And on my word, Scott didn't push me to do anything other than share with my "friends" and folks that wanted some quality Wagyu like I did. He didn't pressure me at all or seem to be "playing" me at all.

Anyway...Seems like the Mods and Admin are okay with it which Is good.

All good :)

Truthfully...would you call it Wagyu?

Have you had any other experience with other "premium" brands?

Is this the first time you've bought, "wagyu"??? I only ask this just to let everyone know.

Is this your first "wagyu", purchase??
 
Swole may have a different experience but from what I've seen...and I'm being honest on "my", sight. Those briskets are very low Prime...at best.

I've seen better Choice + at a butcher down here.

Don't go all crazy on me, Offshore...It is what it is.

I ain't got no doctorate in cattle raising but I know what a good piece of meat looks like.
 
What is the wager? 10k? What's the criteria? Are we going to measure lines and ask customers their take? Or...is this something to simply jack someone off?

How many do u plan on cooking? 10? 20?

I'll take u up on that bet when the lsg cabinet gets here. We'll do 10 and measure the lines.
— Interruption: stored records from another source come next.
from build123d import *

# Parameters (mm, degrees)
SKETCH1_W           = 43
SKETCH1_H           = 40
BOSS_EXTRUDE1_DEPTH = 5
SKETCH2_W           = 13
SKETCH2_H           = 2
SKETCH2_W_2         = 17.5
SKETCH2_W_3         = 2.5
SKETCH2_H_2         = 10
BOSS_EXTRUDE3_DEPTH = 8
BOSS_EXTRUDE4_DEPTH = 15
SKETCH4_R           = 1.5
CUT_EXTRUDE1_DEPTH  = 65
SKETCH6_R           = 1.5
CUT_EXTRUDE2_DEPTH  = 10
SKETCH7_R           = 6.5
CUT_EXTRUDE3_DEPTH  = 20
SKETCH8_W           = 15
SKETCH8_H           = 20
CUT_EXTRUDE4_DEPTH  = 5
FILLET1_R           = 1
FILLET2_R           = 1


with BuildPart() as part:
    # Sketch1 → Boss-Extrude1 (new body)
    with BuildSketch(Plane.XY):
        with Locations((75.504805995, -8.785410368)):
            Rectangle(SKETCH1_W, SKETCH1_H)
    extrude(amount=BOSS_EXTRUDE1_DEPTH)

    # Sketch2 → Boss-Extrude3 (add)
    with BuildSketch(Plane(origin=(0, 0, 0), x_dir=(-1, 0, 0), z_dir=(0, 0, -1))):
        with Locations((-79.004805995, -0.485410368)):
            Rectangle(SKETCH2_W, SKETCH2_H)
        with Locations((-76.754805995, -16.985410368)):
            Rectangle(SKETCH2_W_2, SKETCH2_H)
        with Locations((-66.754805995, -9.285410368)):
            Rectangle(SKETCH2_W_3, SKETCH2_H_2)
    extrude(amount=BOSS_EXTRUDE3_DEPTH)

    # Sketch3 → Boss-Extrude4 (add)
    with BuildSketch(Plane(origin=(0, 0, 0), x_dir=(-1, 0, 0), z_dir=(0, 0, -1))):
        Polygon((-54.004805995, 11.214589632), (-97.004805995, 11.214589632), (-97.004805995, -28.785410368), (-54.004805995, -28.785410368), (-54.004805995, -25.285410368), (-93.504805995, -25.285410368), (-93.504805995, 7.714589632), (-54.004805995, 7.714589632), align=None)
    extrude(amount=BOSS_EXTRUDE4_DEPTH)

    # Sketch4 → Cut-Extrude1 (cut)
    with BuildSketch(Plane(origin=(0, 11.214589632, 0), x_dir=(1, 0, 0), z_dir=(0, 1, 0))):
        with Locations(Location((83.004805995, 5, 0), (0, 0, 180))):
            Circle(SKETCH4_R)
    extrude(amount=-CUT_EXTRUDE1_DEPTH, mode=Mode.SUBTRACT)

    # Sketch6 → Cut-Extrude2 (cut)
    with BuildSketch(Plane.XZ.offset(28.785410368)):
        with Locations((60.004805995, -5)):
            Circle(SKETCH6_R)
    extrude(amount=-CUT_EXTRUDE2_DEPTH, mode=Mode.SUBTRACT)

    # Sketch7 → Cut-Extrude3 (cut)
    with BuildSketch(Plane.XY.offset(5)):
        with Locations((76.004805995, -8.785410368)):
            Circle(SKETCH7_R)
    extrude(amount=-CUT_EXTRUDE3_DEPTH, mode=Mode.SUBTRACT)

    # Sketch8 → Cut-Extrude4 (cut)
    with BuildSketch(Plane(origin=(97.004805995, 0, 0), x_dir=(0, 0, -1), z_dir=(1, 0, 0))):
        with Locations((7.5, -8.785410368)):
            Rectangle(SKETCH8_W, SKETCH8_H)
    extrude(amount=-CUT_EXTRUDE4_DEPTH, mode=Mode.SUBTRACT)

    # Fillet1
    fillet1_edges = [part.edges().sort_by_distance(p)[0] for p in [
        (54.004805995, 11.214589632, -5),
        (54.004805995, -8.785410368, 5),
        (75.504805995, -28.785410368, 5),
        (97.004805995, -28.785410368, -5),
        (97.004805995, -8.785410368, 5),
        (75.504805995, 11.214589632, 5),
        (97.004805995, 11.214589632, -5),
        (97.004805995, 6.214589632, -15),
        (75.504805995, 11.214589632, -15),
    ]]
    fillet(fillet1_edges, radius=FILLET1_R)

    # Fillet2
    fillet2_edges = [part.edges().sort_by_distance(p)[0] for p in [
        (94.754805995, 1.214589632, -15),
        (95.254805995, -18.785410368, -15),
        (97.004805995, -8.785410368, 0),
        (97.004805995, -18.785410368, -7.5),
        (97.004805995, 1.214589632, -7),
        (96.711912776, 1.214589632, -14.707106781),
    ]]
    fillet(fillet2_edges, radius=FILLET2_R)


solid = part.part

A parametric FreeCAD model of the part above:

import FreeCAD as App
import Part
import Sketcher

V = App.Vector


def edges_at(feature, points):
    """Names of the edges that pass closest to the given points."""
    edges = feature.Shape.Edges
    near = lambda p: min(range(len(edges)), key=lambda i: edges[i].distToShape(Part.Vertex(*p))[0])
    return sorted({f"Edge{near(p) + 1}" for p in points})

doc = App.newDocument("Part")
body = doc.addObject("PartDesign::Body", "Body")

# Sketch on XY plane
sketch1 = doc.addObject("Sketcher::SketchObject", "Sketch")
body.addObject(sketch1)
sketch1.AttachmentSupport = (doc.XY_Plane, [""])
sketch1.MapMode = "FlatFace"
sketch1.addGeometry(Part.LineSegment(V(54, 11, 0), V(54, -29, 0)), False)
sketch1.addGeometry(Part.LineSegment(V(54, -29, 0), V(97, -29, 0)), False)
sketch1.addGeometry(Part.LineSegment(V(97, -29, 0), V(97, 11, 0)), False)
sketch1.addGeometry(Part.LineSegment(V(97, 11, 0), V(54, 11, 0)), False)
sketch1.addConstraint(Sketcher.Constraint("Coincident", 0, 2, 1, 1))
sketch1.addConstraint(Sketcher.Constraint("Coincident", 1, 2, 2, 1))
sketch1.addConstraint(Sketcher.Constraint("Coincident", 2, 2, 3, 1))
sketch1.addConstraint(Sketcher.Constraint("Coincident", 3, 2, 0, 1))
sketch1.addConstraint(Sketcher.Constraint("Vertical", 0))
sketch1.addConstraint(Sketcher.Constraint("Horizontal", 1))
sketch1.addConstraint(Sketcher.Constraint("Vertical", 2))
sketch1.addConstraint(Sketcher.Constraint("Horizontal", 3))
sketch1.addConstraint(Sketcher.Constraint("DistanceX", 1, 1, 1, 2, 43.0))
sketch1.addConstraint(Sketcher.Constraint("DistanceY", 0, 2, 0, 1, 40.0))
sketch1.addConstraint(Sketcher.Constraint("DistanceY", 0, 2, -1, 1, 28.78541))
sketch1.addConstraint(Sketcher.Constraint("DistanceX", -1, 1, 0, 2, 54.004806))
pad1 = doc.addObject("PartDesign::Pad", "Pad")
body.addObject(pad1)
pad1.Profile = sketch1
pad1.Length = 5

# Sketch on XY plane
sketch2 = doc.addObject("Sketcher::SketchObject", "Sketch001")
body.addObject(sketch2)
sketch2.AttachmentSupport = (doc.XY_Plane, [""])
sketch2.MapMode = "FlatFace"
sketch2.addGeometry(Part.LineSegment(V(85.5, 0.5, 0), V(85.5, -1.5, 0)), False)
sketch2.addGeometry(Part.LineSegment(V(85.5, -1.5, 0), V(72.5, -1.5, 0)), False)
sketch2.addGeometry(Part.LineSegment(V(72.5, -1.5, 0), V(72.5, 0.5, 0)), False)
sketch2.addGeometry(Part.LineSegment(V(72.5, 0.5, 0), V(85.5, 0.5, 0)), False)
sketch2.addGeometry(Part.LineSegment(V(85.5, -16, 0), V(85.5, -18, 0)), False)
sketch2.addGeometry(Part.LineSegment(V(85.5, -18, 0), V(68, -18, 0)), False)
sketch2.addGeometry(Part.LineSegment(V(68, -18, 0), V(68, -16, 0)), False)
sketch2.addGeometry(Part.LineSegment(V(68, -16, 0), V(85.5, -16, 0)), False)
sketch2.addGeometry(Part.LineSegment(V(68, -4.3, 0), V(68, -14.3, 0)), False)
sketch2.addGeometry(Part.LineSegment(V(68, -14.3, 0), V(65.5, -14.3, 0)), False)
sketch2.addGeometry(Part.LineSegment(V(65.5, -14.3, 0), V(65.5, -4.3, 0)), False)
sketch2.addGeometry(Part.LineSegment(V(65.5, -4.3, 0), V(68, -4.3, 0)), False)
sketch2.addConstraint(Sketcher.Constraint("Coincident", 0, 2, 1, 1))
sketch2.addConstraint(Sketcher.Constraint("Coincident", 1, 2, 2, 1))
sketch2.addConstraint(Sketcher.Constraint("Coincident", 2, 2, 3, 1))
sketch2.addConstraint(Sketcher.Constraint("Coincident", 3, 2, 0, 1))
sketch2.addConstraint(Sketcher.Constraint("Coincident", 4, 2, 5, 1))
sketch2.addConstraint(Sketcher.Constraint("Coincident", 5, 2, 6, 1))
sketch2.addConstraint(Sketcher.Constraint("Coincident", 6, 2, 7, 1))
sketch2.addConstraint(Sketcher.Constraint("Coincident", 7, 2, 4, 1))
sketch2.addConstraint(Sketcher.Constraint("Coincident", 8, 2, 9, 1))
sketch2.addConstraint(Sketcher.Constraint("Coincident", 9, 2, 10, 1))
sketch2.addConstraint(Sketcher.Constraint("Coincident", 10, 2, 11, 1))
sketch2.addConstraint(Sketcher.Constraint("Coincident", 11, 2, 8, 1))
sketch2.addConstraint(Sketcher.Constraint("Vertical", 0))
sketch2.addConstraint(Sketcher.Constraint("Horizontal", 1))
sketch2.addConstraint(Sketcher.Constraint("Vertical", 2))
sketch2.addConstraint(Sketcher.Constraint("Horizontal", 3))
sketch2.addConstraint(Sketcher.Constraint("Vertical", 4))
sketch2.addConstraint(Sketcher.Constraint("Horizontal", 5))
sketch2.addConstraint(Sketcher.Constraint("Vertical", 6))
sketch2.addConstraint(Sketcher.Constraint("Horizontal", 7))
sketch2.addConstraint(Sketcher.Constraint("Vertical", 8))
sketch2.addConstraint(Sketcher.Constraint("Horizontal", 9))
sketch2.addConstraint(Sketcher.Constraint("Vertical", 10))
sketch2.addConstraint(Sketcher.Constraint("Horizontal", 11))
sketch2.addConstraint(Sketcher.Constraint("Vertical", 3, 2, 4, 2))
sketch2.addConstraint(Sketcher.Constraint("Vertical", 6, 2, 8, 2))
sketch2.addConstraint(Sketcher.Constraint("Equal", 2, 4))
sketch2.addConstraint(Sketcher.Constraint("DistanceX", 1, 2, 1, 1, 13.0))
sketch2.addConstraint(Sketcher.Constraint("DistanceY", 0, 2, 0, 1, 2.0))
sketch2.addConstraint(Sketcher.Constraint("DistanceY", 8, 2, 8, 1, 10.0))
sketch2.addConstraint(Sketcher.Constraint("DistanceX", 5, 2, 5, 1, 17.5))
sketch2.addConstraint(Sketcher.Constraint("DistanceX", 9, 2, 9, 1, 2.5))
sketch2.addConstraint(Sketcher.Constraint("DistanceY", 4, 2, 0, 2, 16.5))
sketch2.addConstraint(Sketcher.Constraint("DistanceY", 6, 2, 8, 2, 1.7))
sketch2.addConstraint(Sketcher.Constraint("DistanceY", 0, 2, -1, 1, 1.48541))
sketch2.addConstraint(Sketcher.Constraint("DistanceX", -1, 1, 0, 2, 85.504806))
pad2 = doc.addObject("PartDesign::Pad", "Pad001")
body.addObject(pad2)
pad2.Profile = sketch2
pad2.Length = 8
pad2.Reversed = True

# Sketch on XY plane
sketch3 = doc.addObject("Sketcher::SketchObject", "Sketch002")
body.addObject(sketch3)
sketch3.AttachmentSupport = (doc.XY_Plane, [""])
sketch3.MapMode = "FlatFace"
sketch3.addGeometry(Part.LineSegment(V(54, 11.2, 0), V(97, 11.2, 0)), False)
sketch3.addGeometry(Part.LineSegment(V(97, 11.2, 0), V(97, -28.8, 0)), False)
sketch3.addGeometry(Part.LineSegment(V(97, -28.8, 0), V(54, -28.8, 0)), False)
sketch3.addGeometry(Part.LineSegment(V(54, -28.8, 0), V(54, -25.3, 0)), False)
sketch3.addGeometry(Part.LineSegment(V(54, -25.3, 0), V(93.5, -25.3, 0)), False)
sketch3.addGeometry(Part.LineSegment(V(93.5, -25.3, 0), V(93.5, 7.7, 0)), False)
sketch3.addGeometry(Part.LineSegment(V(93.5, 7.7, 0), V(54, 7.7, 0)), False)
sketch3.addGeometry(Part.LineSegment(V(54, 7.7, 0), V(54, 11.2, 0)), False)
sketch3.addConstraint(Sketcher.Constraint("Coincident", 0, 2, 1, 1))
sketch3.addConstraint(Sketcher.Constraint("Coincident", 1, 2, 2, 1))
sketch3.addConstraint(Sketcher.Constraint("Coincident", 2, 2, 3, 1))
sketch3.addConstraint(Sketcher.Constraint("Coincident", 3, 2, 4, 1))
sketch3.addConstraint(Sketcher.Constraint("Coincident", 4, 2, 5, 1))
sketch3.addConstraint(Sketcher.Constraint("Coincident", 5, 2, 6, 1))
sketch3.addConstraint(Sketcher.Constraint("Coincident", 6, 2, 7, 1))
sketch3.addConstraint(Sketcher.Constraint("Coincident", 7, 2, 0, 1))
sketch3.addConstraint(Sketcher.Constraint("Horizontal", 0))
sketch3.addConstraint(Sketcher.Constraint("Vertical", 1))
sketch3.addConstraint(Sketcher.Constraint("Horizontal", 2))
sketch3.addConstraint(Sketcher.Constraint("Vertical", 3))
sketch3.addConstraint(Sketcher.Constraint("Horizontal", 4))
sketch3.addConstraint(Sketcher.Constraint("Vertical", 5))
sketch3.addConstraint(Sketcher.Constraint("Horizontal", 6))
sketch3.addConstraint(Sketcher.Constraint("Vertical", 7))
sketch3.addConstraint(Sketcher.Constraint("Vertical", 3, 2, 6, 2))
sketch3.addConstraint(Sketcher.Constraint("Equal", 3, 7))
sketch3.addConstraint(Sketcher.Constraint("DistanceX", 0, 1, 0, 2, 43.0))
sketch3.addConstraint(Sketcher.Constraint("DistanceY", 1, 2, 1, 1, 40.0))
sketch3.addConstraint(Sketcher.Constraint("DistanceY", 5, 1, 5, 2, 33.0))
sketch3.addConstraint(Sketcher.Constraint("DistanceX", 4, 1, 4, 2, 39.5))
sketch3.addConstraint(Sketcher.Constraint("DistanceY", -1, 1, 0, 2, 11.21459))
sketch3.addConstraint(Sketcher.Constraint("DistanceX", -1, 1, 0, 2, 97.004806))
pad3 = doc.addObject("PartDesign::Pad", "Pad002")
body.addObject(pad3)
pad3.Profile = sketch3
pad3.Length = 15
pad3.Reversed = True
Late to the party here but perhaps a Throwdown Grudge match. :boxing:
 
Truthfully...would you call it Wagyu?

Have you had any other experience with other "premium" brands?

Is this the first time you've bought, "wagyu"??? I only ask this just to let everyone know.

Is this your first "wagyu", purchase??

are you saying it's not wagyu? wagyu from my understanding is not a grade, but a breed, mind you, I agree, from the pics I have seen it does't look like anything special, but that is just my eyes on a pic.
 
Wagyu is a breed. The grading ranges from 5+ (which is slightly above prime) to 10+ (which is the swiss cheese with liver coloring that tastes like organ meat).

A typical wagyu herd at 28 months will grade out at roughly 45% 5+ 40% 6-7+ 10% 8+ and 5% above 8+

Every six month after you could expect those groupings to go up one slot.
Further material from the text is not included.